Filter the entries, keeping every line with the word "from".

* [Material provided]:
------------
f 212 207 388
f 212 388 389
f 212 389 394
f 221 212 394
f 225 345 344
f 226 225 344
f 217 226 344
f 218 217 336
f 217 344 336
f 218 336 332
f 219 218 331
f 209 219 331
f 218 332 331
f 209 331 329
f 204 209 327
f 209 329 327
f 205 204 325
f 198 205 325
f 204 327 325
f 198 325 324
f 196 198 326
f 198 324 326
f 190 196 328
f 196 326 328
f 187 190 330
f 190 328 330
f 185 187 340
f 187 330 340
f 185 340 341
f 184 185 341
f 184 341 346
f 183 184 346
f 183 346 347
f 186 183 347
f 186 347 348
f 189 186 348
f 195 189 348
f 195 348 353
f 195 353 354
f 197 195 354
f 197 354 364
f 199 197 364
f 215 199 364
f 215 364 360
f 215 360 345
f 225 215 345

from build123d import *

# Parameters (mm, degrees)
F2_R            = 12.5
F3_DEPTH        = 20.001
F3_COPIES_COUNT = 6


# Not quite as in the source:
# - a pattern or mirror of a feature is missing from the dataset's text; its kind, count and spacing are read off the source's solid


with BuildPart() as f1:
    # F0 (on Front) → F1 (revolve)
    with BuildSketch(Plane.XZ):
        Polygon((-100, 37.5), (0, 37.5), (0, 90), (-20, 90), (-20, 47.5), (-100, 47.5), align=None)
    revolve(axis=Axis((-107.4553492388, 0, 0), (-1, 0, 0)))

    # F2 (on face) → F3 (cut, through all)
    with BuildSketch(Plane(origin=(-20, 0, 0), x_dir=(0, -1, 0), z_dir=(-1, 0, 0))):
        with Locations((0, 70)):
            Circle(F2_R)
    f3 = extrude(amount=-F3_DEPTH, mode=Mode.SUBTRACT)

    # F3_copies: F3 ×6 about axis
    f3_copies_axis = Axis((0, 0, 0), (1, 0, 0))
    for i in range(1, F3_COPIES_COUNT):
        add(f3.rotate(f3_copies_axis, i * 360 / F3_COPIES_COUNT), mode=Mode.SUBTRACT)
------------
* [Task solution]:
from build123d import *
# - a pattern or mirror of a feature is missing from the dataset's text; its kind, count and spacing are read off the source's solid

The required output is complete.